● **Required work**:
Everything from the first line of the material below through the line containing "#49=CARTESIAN_POINT('',(0.,88.125,-70.));" is to be printed exactly, and nothing more.

● **Data supplied**:

________________________________________

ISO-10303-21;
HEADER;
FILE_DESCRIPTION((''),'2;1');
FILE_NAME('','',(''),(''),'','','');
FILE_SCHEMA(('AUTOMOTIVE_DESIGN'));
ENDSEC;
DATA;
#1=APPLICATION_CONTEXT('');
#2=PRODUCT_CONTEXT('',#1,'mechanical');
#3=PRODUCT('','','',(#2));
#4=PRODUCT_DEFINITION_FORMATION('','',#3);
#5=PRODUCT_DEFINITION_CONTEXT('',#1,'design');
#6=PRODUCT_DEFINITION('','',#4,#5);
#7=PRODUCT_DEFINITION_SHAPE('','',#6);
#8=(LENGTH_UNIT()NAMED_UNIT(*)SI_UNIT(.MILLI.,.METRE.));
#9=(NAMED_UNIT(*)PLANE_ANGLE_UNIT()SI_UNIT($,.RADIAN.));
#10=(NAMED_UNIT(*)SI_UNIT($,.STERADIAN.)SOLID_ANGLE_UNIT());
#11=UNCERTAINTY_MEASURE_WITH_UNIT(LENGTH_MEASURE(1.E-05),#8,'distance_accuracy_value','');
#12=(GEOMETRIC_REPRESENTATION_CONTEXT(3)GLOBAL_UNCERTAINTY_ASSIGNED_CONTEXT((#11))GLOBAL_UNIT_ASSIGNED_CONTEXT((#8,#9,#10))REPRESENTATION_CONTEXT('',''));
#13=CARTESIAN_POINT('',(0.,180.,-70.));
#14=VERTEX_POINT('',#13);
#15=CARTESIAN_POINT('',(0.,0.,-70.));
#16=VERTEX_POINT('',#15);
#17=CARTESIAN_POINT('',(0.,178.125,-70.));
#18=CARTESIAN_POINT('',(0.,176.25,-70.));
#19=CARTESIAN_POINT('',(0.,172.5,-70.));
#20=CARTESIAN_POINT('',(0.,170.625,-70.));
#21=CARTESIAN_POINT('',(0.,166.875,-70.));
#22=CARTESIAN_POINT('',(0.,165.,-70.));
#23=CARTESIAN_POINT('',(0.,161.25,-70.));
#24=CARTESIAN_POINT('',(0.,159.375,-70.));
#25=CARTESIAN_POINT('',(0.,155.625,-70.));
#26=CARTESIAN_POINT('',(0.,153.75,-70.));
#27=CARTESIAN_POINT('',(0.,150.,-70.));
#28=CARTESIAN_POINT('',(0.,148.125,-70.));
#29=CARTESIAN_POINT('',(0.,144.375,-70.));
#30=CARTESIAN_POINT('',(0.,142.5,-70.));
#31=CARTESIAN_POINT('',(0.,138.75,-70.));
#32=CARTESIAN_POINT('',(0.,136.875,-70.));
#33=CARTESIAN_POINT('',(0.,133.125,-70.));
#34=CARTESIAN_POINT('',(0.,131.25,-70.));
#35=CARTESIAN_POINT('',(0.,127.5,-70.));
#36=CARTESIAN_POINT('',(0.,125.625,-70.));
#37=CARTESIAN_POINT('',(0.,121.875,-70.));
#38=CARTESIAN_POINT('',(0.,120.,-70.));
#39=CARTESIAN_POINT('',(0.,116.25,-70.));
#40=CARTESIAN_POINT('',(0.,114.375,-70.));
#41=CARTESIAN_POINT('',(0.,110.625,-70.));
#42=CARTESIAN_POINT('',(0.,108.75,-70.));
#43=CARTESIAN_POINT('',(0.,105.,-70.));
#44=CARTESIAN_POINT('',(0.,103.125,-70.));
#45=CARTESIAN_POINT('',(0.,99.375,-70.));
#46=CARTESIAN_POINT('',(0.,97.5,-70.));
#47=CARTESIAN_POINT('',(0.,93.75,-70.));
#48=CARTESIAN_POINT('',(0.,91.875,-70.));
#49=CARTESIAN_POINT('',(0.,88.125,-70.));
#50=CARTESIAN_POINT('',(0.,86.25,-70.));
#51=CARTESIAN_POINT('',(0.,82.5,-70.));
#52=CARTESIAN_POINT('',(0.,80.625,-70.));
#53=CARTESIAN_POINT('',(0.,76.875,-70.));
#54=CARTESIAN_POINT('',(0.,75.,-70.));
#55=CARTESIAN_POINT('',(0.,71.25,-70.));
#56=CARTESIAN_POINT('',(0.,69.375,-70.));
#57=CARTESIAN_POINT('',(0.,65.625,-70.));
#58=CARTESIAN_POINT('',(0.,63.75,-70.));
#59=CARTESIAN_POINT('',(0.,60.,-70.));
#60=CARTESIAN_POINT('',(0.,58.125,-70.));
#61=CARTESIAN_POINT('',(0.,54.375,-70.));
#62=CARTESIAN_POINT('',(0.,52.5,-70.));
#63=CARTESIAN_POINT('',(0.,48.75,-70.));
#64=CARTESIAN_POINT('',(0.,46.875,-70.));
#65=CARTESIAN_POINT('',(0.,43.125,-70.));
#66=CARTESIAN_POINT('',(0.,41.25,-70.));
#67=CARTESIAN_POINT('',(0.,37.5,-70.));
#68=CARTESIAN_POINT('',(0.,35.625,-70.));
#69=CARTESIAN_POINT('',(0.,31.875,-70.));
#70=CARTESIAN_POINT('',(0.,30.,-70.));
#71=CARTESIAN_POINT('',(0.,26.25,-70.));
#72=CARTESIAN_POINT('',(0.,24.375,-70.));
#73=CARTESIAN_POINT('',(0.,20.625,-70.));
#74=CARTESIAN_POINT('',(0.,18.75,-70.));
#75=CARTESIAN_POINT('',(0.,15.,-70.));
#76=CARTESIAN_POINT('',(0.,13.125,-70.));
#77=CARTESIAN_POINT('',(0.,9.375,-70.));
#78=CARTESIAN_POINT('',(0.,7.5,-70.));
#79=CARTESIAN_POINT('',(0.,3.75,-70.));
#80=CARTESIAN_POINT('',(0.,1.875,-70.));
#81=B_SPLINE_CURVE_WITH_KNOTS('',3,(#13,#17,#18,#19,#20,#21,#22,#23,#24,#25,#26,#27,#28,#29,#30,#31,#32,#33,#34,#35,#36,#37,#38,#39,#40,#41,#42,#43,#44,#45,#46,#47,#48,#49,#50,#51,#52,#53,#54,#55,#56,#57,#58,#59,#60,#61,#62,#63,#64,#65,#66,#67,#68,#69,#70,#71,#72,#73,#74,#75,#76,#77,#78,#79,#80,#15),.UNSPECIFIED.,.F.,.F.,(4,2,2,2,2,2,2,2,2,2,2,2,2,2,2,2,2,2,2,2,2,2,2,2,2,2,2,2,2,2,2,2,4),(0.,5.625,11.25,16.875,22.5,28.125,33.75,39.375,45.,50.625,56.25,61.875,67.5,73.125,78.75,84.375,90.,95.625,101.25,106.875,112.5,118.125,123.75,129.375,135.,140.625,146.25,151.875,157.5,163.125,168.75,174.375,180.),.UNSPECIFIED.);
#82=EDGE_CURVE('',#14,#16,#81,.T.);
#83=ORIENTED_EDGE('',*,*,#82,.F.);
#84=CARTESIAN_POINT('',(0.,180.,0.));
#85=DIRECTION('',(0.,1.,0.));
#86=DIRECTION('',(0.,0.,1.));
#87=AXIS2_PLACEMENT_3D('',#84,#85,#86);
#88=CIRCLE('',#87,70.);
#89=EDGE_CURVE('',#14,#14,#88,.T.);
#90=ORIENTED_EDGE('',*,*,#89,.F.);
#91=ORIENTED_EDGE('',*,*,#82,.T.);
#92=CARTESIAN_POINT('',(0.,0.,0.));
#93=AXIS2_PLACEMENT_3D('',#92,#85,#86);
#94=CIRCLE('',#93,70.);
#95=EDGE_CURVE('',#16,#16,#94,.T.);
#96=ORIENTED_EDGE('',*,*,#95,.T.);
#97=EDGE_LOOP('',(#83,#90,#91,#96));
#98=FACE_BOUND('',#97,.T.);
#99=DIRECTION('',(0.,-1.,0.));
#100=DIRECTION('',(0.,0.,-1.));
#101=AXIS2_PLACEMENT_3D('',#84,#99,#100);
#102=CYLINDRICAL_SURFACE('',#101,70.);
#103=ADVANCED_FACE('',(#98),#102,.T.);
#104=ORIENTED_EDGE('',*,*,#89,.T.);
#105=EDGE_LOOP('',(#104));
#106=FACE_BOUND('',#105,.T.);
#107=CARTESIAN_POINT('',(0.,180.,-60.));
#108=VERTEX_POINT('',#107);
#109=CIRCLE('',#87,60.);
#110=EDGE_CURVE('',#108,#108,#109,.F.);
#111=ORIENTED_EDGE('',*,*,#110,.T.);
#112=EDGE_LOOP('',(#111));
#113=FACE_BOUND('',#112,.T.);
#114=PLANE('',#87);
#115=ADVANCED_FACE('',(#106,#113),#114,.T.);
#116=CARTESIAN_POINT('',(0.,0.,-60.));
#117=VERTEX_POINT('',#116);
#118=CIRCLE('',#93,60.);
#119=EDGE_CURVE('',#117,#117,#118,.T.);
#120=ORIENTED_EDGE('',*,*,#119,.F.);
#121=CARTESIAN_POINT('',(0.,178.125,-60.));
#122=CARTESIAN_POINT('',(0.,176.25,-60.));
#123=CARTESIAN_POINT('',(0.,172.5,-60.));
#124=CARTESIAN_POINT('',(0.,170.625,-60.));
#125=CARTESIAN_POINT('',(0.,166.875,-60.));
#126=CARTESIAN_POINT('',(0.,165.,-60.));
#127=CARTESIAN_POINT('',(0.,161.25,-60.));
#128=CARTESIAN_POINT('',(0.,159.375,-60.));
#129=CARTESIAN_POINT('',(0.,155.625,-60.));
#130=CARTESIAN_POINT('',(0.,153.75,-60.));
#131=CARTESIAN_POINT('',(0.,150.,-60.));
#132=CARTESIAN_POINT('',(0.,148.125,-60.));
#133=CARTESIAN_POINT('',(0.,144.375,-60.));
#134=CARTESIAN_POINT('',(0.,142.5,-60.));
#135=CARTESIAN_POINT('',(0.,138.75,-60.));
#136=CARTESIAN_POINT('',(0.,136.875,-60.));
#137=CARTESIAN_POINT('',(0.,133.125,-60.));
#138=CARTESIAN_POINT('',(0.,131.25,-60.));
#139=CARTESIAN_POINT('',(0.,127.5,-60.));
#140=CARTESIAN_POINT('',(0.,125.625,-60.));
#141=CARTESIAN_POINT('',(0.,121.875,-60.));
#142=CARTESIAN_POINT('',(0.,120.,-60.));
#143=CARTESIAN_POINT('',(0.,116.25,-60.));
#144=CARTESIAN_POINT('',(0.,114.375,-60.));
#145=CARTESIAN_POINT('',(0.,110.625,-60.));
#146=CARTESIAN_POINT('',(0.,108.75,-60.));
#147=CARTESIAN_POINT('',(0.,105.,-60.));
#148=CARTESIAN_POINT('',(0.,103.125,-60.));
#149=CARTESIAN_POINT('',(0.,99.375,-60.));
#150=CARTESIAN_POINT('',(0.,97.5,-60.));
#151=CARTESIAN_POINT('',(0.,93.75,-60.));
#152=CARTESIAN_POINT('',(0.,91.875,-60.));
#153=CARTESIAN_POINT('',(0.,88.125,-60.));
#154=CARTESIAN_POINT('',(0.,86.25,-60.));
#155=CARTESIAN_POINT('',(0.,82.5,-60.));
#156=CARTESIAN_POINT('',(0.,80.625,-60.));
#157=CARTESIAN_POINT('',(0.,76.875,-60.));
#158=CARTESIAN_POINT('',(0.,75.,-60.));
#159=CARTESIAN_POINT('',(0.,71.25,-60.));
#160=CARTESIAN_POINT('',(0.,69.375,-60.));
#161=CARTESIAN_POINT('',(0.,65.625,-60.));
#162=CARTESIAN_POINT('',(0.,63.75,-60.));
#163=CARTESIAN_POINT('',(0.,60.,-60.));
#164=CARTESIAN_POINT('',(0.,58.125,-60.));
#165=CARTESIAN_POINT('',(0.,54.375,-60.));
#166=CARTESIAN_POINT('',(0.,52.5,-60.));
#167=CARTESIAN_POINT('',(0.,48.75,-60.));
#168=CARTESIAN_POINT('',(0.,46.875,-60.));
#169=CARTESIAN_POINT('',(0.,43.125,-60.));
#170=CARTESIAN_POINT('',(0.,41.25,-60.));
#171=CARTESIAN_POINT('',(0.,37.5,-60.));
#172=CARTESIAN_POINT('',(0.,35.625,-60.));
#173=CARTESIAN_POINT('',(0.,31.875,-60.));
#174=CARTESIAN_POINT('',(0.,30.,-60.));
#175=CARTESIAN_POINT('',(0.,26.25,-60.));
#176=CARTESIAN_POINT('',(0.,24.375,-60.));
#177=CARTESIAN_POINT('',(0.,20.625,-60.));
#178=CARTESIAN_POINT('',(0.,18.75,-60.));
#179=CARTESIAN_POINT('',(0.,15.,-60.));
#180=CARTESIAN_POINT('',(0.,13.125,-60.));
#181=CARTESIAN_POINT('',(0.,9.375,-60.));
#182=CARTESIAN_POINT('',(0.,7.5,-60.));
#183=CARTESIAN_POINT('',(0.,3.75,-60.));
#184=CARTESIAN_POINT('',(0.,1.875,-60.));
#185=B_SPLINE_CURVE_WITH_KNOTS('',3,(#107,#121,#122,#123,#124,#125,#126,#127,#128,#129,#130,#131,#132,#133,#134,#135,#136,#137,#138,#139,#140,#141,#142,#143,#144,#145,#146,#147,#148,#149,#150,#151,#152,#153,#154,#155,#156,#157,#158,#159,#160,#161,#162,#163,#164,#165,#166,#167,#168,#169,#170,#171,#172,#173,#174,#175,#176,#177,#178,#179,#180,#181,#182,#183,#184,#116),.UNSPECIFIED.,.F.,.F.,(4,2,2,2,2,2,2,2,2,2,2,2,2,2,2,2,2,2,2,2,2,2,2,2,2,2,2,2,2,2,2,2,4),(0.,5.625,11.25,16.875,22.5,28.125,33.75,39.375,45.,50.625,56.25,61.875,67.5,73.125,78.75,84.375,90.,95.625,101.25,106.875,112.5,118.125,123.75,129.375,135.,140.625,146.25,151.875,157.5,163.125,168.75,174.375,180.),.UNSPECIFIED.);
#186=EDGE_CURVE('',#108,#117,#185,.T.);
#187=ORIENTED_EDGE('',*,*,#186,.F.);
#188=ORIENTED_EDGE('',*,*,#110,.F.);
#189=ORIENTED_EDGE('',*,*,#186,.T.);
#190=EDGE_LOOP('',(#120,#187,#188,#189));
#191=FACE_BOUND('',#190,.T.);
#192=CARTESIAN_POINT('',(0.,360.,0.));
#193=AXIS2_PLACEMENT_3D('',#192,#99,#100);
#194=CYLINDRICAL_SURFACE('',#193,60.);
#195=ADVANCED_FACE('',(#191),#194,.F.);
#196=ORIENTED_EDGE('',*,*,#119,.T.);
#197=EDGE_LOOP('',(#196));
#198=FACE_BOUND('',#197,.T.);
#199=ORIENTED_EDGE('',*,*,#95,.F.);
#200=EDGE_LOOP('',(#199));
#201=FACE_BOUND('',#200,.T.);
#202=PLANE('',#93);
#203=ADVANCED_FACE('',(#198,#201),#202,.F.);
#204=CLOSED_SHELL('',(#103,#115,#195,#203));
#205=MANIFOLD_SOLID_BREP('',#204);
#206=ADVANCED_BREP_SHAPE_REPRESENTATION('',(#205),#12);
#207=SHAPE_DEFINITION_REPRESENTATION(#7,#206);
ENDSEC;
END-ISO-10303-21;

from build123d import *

# Parameters (mm, degrees)
SKETCH_1_R          = 70
EXTRUDE_1_DEPTH     = 180
SKETCH_2_R          = 60
CUT_EXTRUDE_1_DEPTH = 360


with BuildPart() as part:
    # 草图1 → 凸台-拉伸1 (new body)
    with BuildSketch(Plane(origin=(0, 0, 0), x_dir=(1, 0, 0), z_dir=(0, 1, 0))):
        with Locations(Location((0, 0, 0), (0, 0, 90))):
            Circle(SKETCH_1_R)
    extrude(amount=EXTRUDE_1_DEPTH)

    # 草图2 → 切除-拉伸1 (cut)
    with BuildSketch(Plane(origin=(0, 0, 0), x_dir=(1, 0, 0), z_dir=(0, 1, 0))):
        with Locations(Location((0, 0, 0), (0, 0, 90))):
            Circle(SKETCH_2_R)
    extrude(amount=CUT_EXTRUDE_1_DEPTH, mode=Mode.SUBTRACT)


solid = part.part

________________________________________

● **Response for this exercise**:
ISO-10303-21;
HEADER;
FILE_DESCRIPTION((''),'2;1');
FILE_NAME('','',(''),(''),'','','');
FILE_SCHEMA(('AUTOMOTIVE_DESIGN'));
ENDSEC;
DATA;
#1=APPLICATION_CONTEXT('');
#2=PRODUCT_CONTEXT('',#1,'mechanical');
#3=PRODUCT('','','',(#2));
#4=PRODUCT_DEFINITION_FORMATION('','',#3);
#5=PRODUCT_DEFINITION_CONTEXT('',#1,'design');
#6=PRODUCT_DEFINITION('','',#4,#5);
#7=PRODUCT_DEFINITION_SHAPE('','',#6);
#8=(LENGTH_UNIT()NAMED_UNIT(*)SI_UNIT(.MILLI.,.METRE.));
#9=(NAMED_UNIT(*)PLANE_ANGLE_UNIT()SI_UNIT($,.RADIAN.));
#10=(NAMED_UNIT(*)SI_UNIT($,.STERADIAN.)SOLID_ANGLE_UNIT());
#11=UNCERTAINTY_MEASURE_WITH_UNIT(LENGTH_MEASURE(1.E-05),#8,'distance_accuracy_value','');
#12=(GEOMETRIC_REPRESENTATION_CONTEXT(3)GLOBAL_UNCERTAINTY_ASSIGNED_CONTEXT((#11))GLOBAL_UNIT_ASSIGNED_CONTEXT((#8,#9,#10))REPRESENTATION_CONTEXT('',''));
#13=CARTESIAN_POINT('',(0.,180.,-70.));
#14=VERTEX_POINT('',#13);
#15=CARTESIAN_POINT('',(0.,0.,-70.));
#16=VERTEX_POINT('',#15);
#17=CARTESIAN_POINT('',(0.,178.125,-70.));
#18=CARTESIAN_POINT('',(0.,176.25,-70.));
#19=CARTESIAN_POINT('',(0.,172.5,-70.));
#20=CARTESIAN_POINT('',(0.,170.625,-70.));
#21=CARTESIAN_POINT('',(0.,166.875,-70.));
#22=CARTESIAN_POINT('',(0.,165.,-70.));
#23=CARTESIAN_POINT('',(0.,161.25,-70.));
#24=CARTESIAN_POINT('',(0.,159.375,-70.));
#25=CARTESIAN_POINT('',(0.,155.625,-70.));
#26=CARTESIAN_POINT('',(0.,153.75,-70.));
#27=CARTESIAN_POINT('',(0.,150.,-70.));
#28=CARTESIAN_POINT('',(0.,148.125,-70.));
#29=CARTESIAN_POINT('',(0.,144.375,-70.));
#30=CARTESIAN_POINT('',(0.,142.5,-70.));
#31=CARTESIAN_POINT('',(0.,138.75,-70.));
#32=CARTESIAN_POINT('',(0.,136.875,-70.));
#33=CARTESIAN_POINT('',(0.,133.125,-70.));
#34=CARTESIAN_POINT('',(0.,131.25,-70.));
#35=CARTESIAN_POINT('',(0.,127.5,-70.));
#36=CARTESIAN_POINT('',(0.,125.625,-70.));
#37=CARTESIAN_POINT('',(0.,121.875,-70.));
#38=CARTESIAN_POINT('',(0.,120.,-70.));
#39=CARTESIAN_POINT('',(0.,116.25,-70.));
#40=CARTESIAN_POINT('',(0.,114.375,-70.));
#41=CARTESIAN_POINT('',(0.,110.625,-70.));
#42=CARTESIAN_POINT('',(0.,108.75,-70.));
#43=CARTESIAN_POINT('',(0.,105.,-70.));
#44=CARTESIAN_POINT('',(0.,103.125,-70.));
#45=CARTESIAN_POINT('',(0.,99.375,-70.));
#46=CARTESIAN_POINT('',(0.,97.5,-70.));
#47=CARTESIAN_POINT('',(0.,93.75,-70.));
#48=CARTESIAN_POINT('',(0.,91.875,-70.));
#49=CARTESIAN_POINT('',(0.,88.125,-70.));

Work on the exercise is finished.